# Proving $f_{\alpha}(x)$ is a bijection

Let $$f_\alpha:[0,1]\mapsto[0,1]$$ be defined as follows for $$-1\lt\alpha\lt\infty$$.

$$f_\alpha(x)=\dfrac{(\alpha+1)x}{\alpha x+1}$$

Now to prove that this is a bijection, we need to prove that it both injective and surjective. For the first part, it is quite easy. We have to prove that $$f_\alpha(x_1)=f_\alpha(x_2)\implies x_1=x_2$$, which can be done quite easily. I'm struggling in the second part however, the part wherein we're supposed to prove that it is surjective. I know that a function is surjective by definition, if all the elements of $$\mathrm{range}f$$ are a part of the ordered pairs defined by the function, but using this definition does not seem to take me anywhere. I don't know how to go about proving the surjectivity using this definition.

Any hints to proceed further are appreciated. Thanks

• f(0)=0, f(1)=1, thus... – Locally unskillful Apr 2 at 19:13

When $$x=0$$ you get $$f_\alpha(0)=0$$ and when $$x=1$$ you get $$f_\alpha(1)=1$$. Since $$f_\alpha$$ is continuous by intermediate value theorem you have that the range of $$f_\alpha$$ has to contain $$[f_\alpha(0),f_\alpha(1)]=[0,1]$$.

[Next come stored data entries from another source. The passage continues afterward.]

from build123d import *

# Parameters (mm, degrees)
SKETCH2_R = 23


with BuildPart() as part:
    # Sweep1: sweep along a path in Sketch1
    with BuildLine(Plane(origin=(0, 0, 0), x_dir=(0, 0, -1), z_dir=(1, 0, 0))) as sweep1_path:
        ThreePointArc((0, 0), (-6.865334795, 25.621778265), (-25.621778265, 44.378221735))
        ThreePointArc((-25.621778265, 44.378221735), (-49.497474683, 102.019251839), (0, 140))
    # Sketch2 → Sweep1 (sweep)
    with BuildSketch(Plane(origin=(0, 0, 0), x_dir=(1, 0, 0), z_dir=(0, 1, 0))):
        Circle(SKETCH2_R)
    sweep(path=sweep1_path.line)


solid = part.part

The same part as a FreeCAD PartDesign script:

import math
import FreeCAD as App
import Part
import Sketcher

V = App.Vector

doc = App.newDocument("Part")
params = doc.addObject("Spreadsheet::Sheet", "Params")
for row, (alias, value) in enumerate([
    ("sketch1_diameter", "46 mm"),
], start=1):
    params.set(f"A{row}", alias)
    params.set(f"B{row}", "=" + value)
    params.setAlias(f"B{row}", alias)

body = doc.addObject("PartDesign::Body", "Body")

# Sketch on XZ plane
sketch1 = doc.addObject("Sketcher::SketchObject", "Sketch")
body.addObject(sketch1)
sketch1.AttachmentSupport = (doc.XZ_Plane, [""])
sketch1.MapMode = "FlatFace"
sketch1.addGeometry(Part.Circle(V(0, 0, 0), V(0, 0, 1), 23), False)
sketch1.addConstraint([
    Sketcher.Constraint("Coincident", 0, 3, -1, 1),
    Sketcher.Constraint("Diameter", 0, 46.0),
])
sketch1.setExpression("Constraints[1]", "Params.sketch1_diameter")

# Sketch on YZ plane
sketch2 = doc.addObject("Sketcher::SketchObject", "Sketch001")
body.addObject(sketch2)
sketch2.AttachmentSupport = (doc.YZ_Plane, [""])
sketch2.MapMode = "FlatFace"
sketch2.addGeometry([
    Part.ArcOfCircle(Part.Circle(V(0, 51.243557, 0), V(0, 0, 1), 51.243557), math.radians(-90), math.radians(-30)),
    Part.ArcOfCircle(Part.Circle(V(88.756443, 0, 0), V(0, 0, 1), 51.243557), math.radians(0), math.radians(150)),
], False)
sketch2.addConstraint([
    Sketcher.Constraint("Tangent", 0, 2, 1, 2),
    Sketcher.Constraint("Coincident", 0, 1, -1, 1),
    Sketcher.Constraint("Equal", 0, 1),
    Sketcher.Constraint("PointOnObject", 0, 3, -2),
    Sketcher.Constraint("PointOnObject", 1, 3, -1),
    Sketcher.Constraint("PointOnObject", 1, 1, -1),
    Sketcher.Constraint("DistanceX", -1, 1, 1, 1, 140.0),
])
doc.recompute()

additivepipe = doc.addObject("PartDesign::AdditivePipe", "AdditivePipe")
body.addObject(additivepipe)
additivepipe.Profile = sketch1
additivepipe.Spine = (sketch2, ["Edge1", "Edge2"])

doc.recompute()
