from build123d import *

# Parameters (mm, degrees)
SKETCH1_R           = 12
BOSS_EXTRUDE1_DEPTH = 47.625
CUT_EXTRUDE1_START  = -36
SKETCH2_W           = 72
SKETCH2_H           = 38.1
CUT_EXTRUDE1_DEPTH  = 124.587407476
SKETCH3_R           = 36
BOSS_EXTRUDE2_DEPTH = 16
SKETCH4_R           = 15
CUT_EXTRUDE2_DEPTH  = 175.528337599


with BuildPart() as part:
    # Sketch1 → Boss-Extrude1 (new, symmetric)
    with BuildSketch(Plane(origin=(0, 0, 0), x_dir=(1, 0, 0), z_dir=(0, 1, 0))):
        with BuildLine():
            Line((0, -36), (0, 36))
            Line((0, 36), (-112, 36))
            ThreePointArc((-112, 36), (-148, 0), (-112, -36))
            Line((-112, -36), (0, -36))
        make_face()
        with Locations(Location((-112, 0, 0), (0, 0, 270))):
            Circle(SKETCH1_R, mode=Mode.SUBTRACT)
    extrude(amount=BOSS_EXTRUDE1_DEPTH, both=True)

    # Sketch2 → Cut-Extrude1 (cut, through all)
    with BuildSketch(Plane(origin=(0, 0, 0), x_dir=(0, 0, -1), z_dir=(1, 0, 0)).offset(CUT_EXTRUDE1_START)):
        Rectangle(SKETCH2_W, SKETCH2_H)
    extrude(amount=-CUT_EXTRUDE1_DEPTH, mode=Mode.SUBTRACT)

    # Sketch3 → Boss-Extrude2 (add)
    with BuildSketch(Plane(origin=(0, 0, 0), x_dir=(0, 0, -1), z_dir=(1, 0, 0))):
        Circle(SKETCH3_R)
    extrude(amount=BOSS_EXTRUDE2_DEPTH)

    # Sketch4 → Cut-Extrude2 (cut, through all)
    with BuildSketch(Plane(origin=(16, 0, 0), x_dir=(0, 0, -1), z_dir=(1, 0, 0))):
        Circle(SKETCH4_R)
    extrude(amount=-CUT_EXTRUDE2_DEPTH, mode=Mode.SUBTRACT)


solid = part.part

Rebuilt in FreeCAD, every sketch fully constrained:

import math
import FreeCAD as App
import Part
import Sketcher
from FreeCAD import Vector

doc = App.newDocument("Part")
body = doc.addObject("PartDesign::Body", "Body")

# Sketch on XZ plane
sketch1 = body.newObject("Sketcher::SketchObject", "Sketch")
sketch1.AttachmentSupport = (doc.getObject("XZ_Plane"), [""])
sketch1.MapMode = "FlatFace"
sketch1.addGeometry(Part.LineSegment(Vector(0, 36, 0), Vector(0, -36, 0)), False)
sketch1.addGeometry(Part.LineSegment(Vector(0, -36, 0), Vector(-112, -36, 0)), False)
sketch1.addGeometry(Part.ArcOfCircle(Part.Circle(Vector(-112, 0, 0), Vector(0, 0, 1), 36), math.radians(90), math.radians(270)), False)
sketch1.addGeometry(Part.LineSegment(Vector(-112, 36, 0), Vector(0, 36, 0)), False)
sketch1.addGeometry(Part.Circle(Vector(-112, 0, 0), Vector(0, 0, 1), 12), False)
sketch1.addConstraint(Sketcher.Constraint("Coincident", 0, 2, 1, 1))
sketch1.addConstraint(Sketcher.Constraint("Tangent", 1, 2, 2, 2))
sketch1.addConstraint(Sketcher.Constraint("Tangent", 2, 1, 3, 1))
sketch1.addConstraint(Sketcher.Constraint("Coincident", 3, 2, 0, 1))
sketch1.addConstraint(Sketcher.Constraint("Vertical", 0))
sketch1.addConstraint(Sketcher.Constraint("Horizontal", 1))
sketch1.addConstraint(Sketcher.Constraint("Horizontal", 3))
sketch1.addConstraint(Sketcher.Constraint("Coincident", 4, 3, 2, 3))
sketch1.addConstraint(Sketcher.Constraint("Symmetric", 0, 2, 3, 2, -1, 1))
sketch1.addConstraint(Sketcher.Constraint("Diameter", 4, 24.0))
sketch1.addConstraint(Sketcher.Constraint("Radius", 2, 36.0))
sketch1.addConstraint(Sketcher.Constraint("DistanceX", 1, 2, 1, 1, 112.0))
pad1 = body.newObject("PartDesign::Pad", "Pad")
pad1.Profile = sketch1
pad1.Length = 95.25
pad1.Midplane = True

# Sketch on YZ plane
sketch2 = body.newObject("Sketcher::SketchObject", "Sketch001")
sketch2.AttachmentSupport = (doc.getObject("YZ_Plane"), [""])
sketch2.MapMode = "FlatFace"
sketch2.AttachmentOffset = App.Placement(Vector(0, 0, -36), App.Rotation())
sketch2.addGeometry(Part.LineSegment(Vector(19.05, 36, 0), Vector(-19.05, 36, 0)), False)
sketch2.addGeometry(Part.LineSegment(Vector(-19.05, 36, 0), Vector(-19.05, -36, 0)), False)
sketch2.addGeometry(Part.LineSegment(Vector(-19.05, -36, 0), Vector(19.05, -36, 0)), False)
sketch2.addGeometry(Part.LineSegment(Vector(19.05, -36, 0), Vector(19.05, 36, 0)), False)
sketch2.addConstraint(Sketcher.Constraint("Coincident", 0, 2, 1, 1))
sketch2.addConstraint(Sketcher.Constraint("Coincident", 1, 2, 2, 1))
sketch2.addConstraint(Sketcher.Constraint("Coincident", 2, 2, 3, 1))
sketch2.addConstraint(Sketcher.Constraint("Coincident", 3, 2, 0, 1))
sketch2.addConstraint(Sketcher.Constraint("Horizontal", 0))
sketch2.addConstraint(Sketcher.Constraint("Vertical", 1))
sketch2.addConstraint(Sketcher.Constraint("Horizontal", 2))
sketch2.addConstraint(Sketcher.Constraint("Vertical", 3))
sketch2.addConstraint(Sketcher.Constraint("Symmetric", 0, 2, 2, 2, -1, 1))
sketch2.addConstraint(Sketcher.Constraint("DistanceY", 1, 2, 1, 1, 72.0))
sketch2.addConstraint(Sketcher.Constraint("DistanceX", 0, 2, 0, 1, 38.1))
pocket1 = body.newObject("PartDesign::Pocket", "Pocket")
pocket1.Profile = sketch2
pocket1.Type = "ThroughAll"

# Sketch on YZ plane
sketch3 = body.newObject("Sketcher::SketchObject", "Sketch002")
sketch3.AttachmentSupport = (doc.getObject("YZ_Plane"), [""])
sketch3.MapMode = "FlatFace"
sketch3.addGeometry(Part.Circle(Vector(0, 0, 0), Vector(0, 0, 1), 36), False)
sketch3.addConstraint(Sketcher.Constraint("Coincident", 0, 3, -1, 1))
sketch3.addConstraint(Sketcher.Constraint("Diameter", 0, 72.0))
pad2 = body.newObject("PartDesign::Pad", "Pad001")
pad2.Profile = sketch3
pad2.Length = 16

# Sketch on YZ plane
sketch4 = body.newObject("Sketcher::SketchObject", "Sketch003")
sketch4.AttachmentSupport = (doc.getObject("YZ_Plane"), [""])
sketch4.MapMode = "FlatFace"
sketch4.AttachmentOffset = App.Placement(Vector(0, 0, 16), App.Rotation())
sketch4.addGeometry(Part.Circle(Vector(0, 0, 0), Vector(0, 0, 1), 15), False)
sketch4.addConstraint(Sketcher.Constraint("Coincident", 0, 3, -1, 1))
sketch4.addConstraint(Sketcher.Constraint("Diameter", 0, 30.0))
pocket2 = body.newObject("PartDesign::Pocket", "Pocket001")
pocket2.Profile = sketch4
pocket2.Type = "ThroughAll"

doc.recompute()
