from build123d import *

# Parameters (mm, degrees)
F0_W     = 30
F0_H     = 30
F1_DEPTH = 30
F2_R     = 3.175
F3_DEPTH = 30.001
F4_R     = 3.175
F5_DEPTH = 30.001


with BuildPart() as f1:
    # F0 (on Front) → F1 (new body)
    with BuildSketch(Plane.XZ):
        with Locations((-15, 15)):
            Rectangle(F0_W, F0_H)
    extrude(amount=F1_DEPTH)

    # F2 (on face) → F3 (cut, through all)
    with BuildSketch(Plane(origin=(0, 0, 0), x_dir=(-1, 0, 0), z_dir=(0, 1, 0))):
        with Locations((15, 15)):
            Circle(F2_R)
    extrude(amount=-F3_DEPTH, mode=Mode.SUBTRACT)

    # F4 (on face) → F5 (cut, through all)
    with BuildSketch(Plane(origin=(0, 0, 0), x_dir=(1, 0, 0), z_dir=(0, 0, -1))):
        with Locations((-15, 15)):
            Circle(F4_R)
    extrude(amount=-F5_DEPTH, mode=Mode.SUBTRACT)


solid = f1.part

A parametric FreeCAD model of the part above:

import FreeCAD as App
import Part
import Sketcher
from FreeCAD import Vector


def add_polygon(sketch, points):
    """Adds a closed chain of lines whose ends are joined by coincident constraints."""
    first, n = sketch.GeometryCount, len(points)
    for a, b in zip(points, points[1:] + points[:1]):
        sketch.addGeometry(Part.LineSegment(App.Vector(*a, 0), App.Vector(*b, 0)), False)
    for i in range(n):
        sketch.addConstraint(Sketcher.Constraint("Coincident", first + i, 2, first + (i + 1) % n, 1))

doc = App.newDocument("Part")
body = doc.addObject("PartDesign::Body", "Body")

# Sketch on XZ plane
sketch1 = body.newObject("Sketcher::SketchObject", "Sketch")
sketch1.AttachmentSupport = (doc.getObject("XZ_Plane"), [""])
sketch1.MapMode = "FlatFace"
add_polygon(sketch1, [(-30, 30), (-30, 0), (0, 0), (0, 30)])  # lines 0-3
sketch1.addConstraint([
    Sketcher.Constraint("Vertical", 0),
    Sketcher.Constraint("Horizontal", 1),
    Sketcher.Constraint("Vertical", 2),
    Sketcher.Constraint("Horizontal", 3),
    Sketcher.Constraint("Coincident", 1, 2, -1, 1),
    Sketcher.Constraint("Equal", 3, 0),
    Sketcher.Constraint("DistanceX", 1, 1, 1, 2, 30.0),
])
pad1 = body.newObject("PartDesign::Pad", "Pad")
pad1.Profile = sketch1
pad1.Length = 30

# Sketch on XZ plane
sketch2 = body.newObject("Sketcher::SketchObject", "Sketch001")
sketch2.AttachmentSupport = (doc.getObject("XZ_Plane"), [""])
sketch2.MapMode = "FlatFace"
sketch2.addGeometry(Part.Circle(Vector(-15, 15, 0), Vector(0, 0, 1), 3.2), False)
sketch2.addConstraint([
    Sketcher.Constraint("Diameter", 0, 6.35),
    Sketcher.Constraint("DistanceX", 0, 3, -1, 1, 15.0),
    Sketcher.Constraint("DistanceY", -1, 1, 0, 3, 15.0),
])
pocket1 = body.newObject("PartDesign::Pocket", "Pocket")
pocket1.Profile = sketch2
pocket1.Type = "ThroughAll"
pocket1.Reversed = True

# Sketch on XY plane
sketch3 = body.newObject("Sketcher::SketchObject", "Sketch002")
sketch3.AttachmentSupport = (doc.getObject("XY_Plane"), [""])
sketch3.MapMode = "FlatFace"
sketch3.addGeometry(Part.Circle(Vector(-15, -15, 0), Vector(0, 0, 1), 3.2), False)
sketch3.addConstraint([
    Sketcher.Constraint("Diameter", 0, 6.35),
    Sketcher.Constraint("DistanceX", 0, 3, -1, 1, 15.0),
    Sketcher.Constraint("DistanceY", 0, 3, -1, 1, 15.0),
])
pocket2 = body.newObject("PartDesign::Pocket", "Pocket001")
pocket2.Profile = sketch3
pocket2.Type = "ThroughAll"
pocket2.Reversed = True

doc.recompute()
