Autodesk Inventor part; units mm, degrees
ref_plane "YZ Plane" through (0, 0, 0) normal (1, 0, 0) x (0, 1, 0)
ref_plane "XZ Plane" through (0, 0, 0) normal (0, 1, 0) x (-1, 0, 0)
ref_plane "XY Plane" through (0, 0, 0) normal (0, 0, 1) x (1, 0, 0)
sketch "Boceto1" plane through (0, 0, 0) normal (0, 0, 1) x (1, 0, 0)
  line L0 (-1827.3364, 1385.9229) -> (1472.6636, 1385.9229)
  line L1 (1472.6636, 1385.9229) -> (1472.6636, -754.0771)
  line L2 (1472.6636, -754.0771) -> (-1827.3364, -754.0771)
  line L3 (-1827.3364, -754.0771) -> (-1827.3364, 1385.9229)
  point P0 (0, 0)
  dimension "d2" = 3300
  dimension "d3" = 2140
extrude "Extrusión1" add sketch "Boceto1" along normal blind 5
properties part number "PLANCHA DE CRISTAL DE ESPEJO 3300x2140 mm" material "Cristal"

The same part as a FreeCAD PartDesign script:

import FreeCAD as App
import Part
import Sketcher

V = App.Vector
Q = App.Units.Quantity

doc = App.newDocument("Part")
body = doc.addObject("PartDesign::Body", "Body")

# Sketch on XY plane
sketch1 = body.newObject("Sketcher::SketchObject", "Sketch")
sketch1.AttachmentSupport = (doc.getObject("XY_Plane"), [""])
sketch1.MapMode = "FlatFace"
sketch1.addGeometry(Part.LineSegment(V(1472.6636, 1385.9229, 0), V(-1827.3364, 1385.9229, 0)), False)
sketch1.addGeometry(Part.LineSegment(V(-1827.3364, 1385.9229, 0), V(-1827.3364, -754.0771, 0)), False)
sketch1.addGeometry(Part.LineSegment(V(-1827.3364, -754.0771, 0), V(1472.6636, -754.0771, 0)), False)
sketch1.addGeometry(Part.LineSegment(V(1472.6636, -754.0771, 0), V(1472.6636, 1385.9229, 0)), False)
sketch1.addConstraint(Sketcher.Constraint("Coincident", 0, 2, 1, 1))
sketch1.addConstraint(Sketcher.Constraint("Coincident", 1, 2, 2, 1))
sketch1.addConstraint(Sketcher.Constraint("Coincident", 2, 2, 3, 1))
sketch1.addConstraint(Sketcher.Constraint("Coincident", 3, 2, 0, 1))
sketch1.addConstraint(Sketcher.Constraint("Horizontal", 0))
sketch1.addConstraint(Sketcher.Constraint("Vertical", 1))
sketch1.addConstraint(Sketcher.Constraint("Horizontal", 2))
sketch1.addConstraint(Sketcher.Constraint("Vertical", 3))
sketch1.addConstraint(Sketcher.Constraint("DistanceX", 0, 2, 0, 1, Q("3300 mm")))
sketch1.addConstraint(Sketcher.Constraint("DistanceY", 1, 2, 1, 1, Q("2140 mm")))
sketch1.addConstraint(Sketcher.Constraint("DistanceY", -1, 1, 0, 2, Q("1385.923 mm")))
sketch1.addConstraint(Sketcher.Constraint("DistanceX", 0, 2, -1, 1, Q("1827.3364 mm")))
pad1 = body.newObject("PartDesign::Pad", "Pad")
pad1.Profile = sketch1
pad1.Length = 5

doc.recompute()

To answer without using calculus-level arguments, note that if $$y=\frac{(a+1)x}{ax+1}$$ then we can solve that$$x=\frac y {a+1-ay}.$$

Note that if $$y\in[0,1]$$ then $$ay\le a$$ so $$ay so $$a+1-ay>0,$$

so this is well-defined (not dividing by $$0$$),

and furthermore $$x\ge0$$ since the numerator and denominator are both non-negative,

and since $$(a+1)y\le(a+1)$$ it follows that $$y\le a+1-ay$$ and thus $$x\le1$$.

In summary, we have found a pre-image $$x \in [0,1]$$ for every $$y\in[0,1]$$, so $$f$$ is surjective.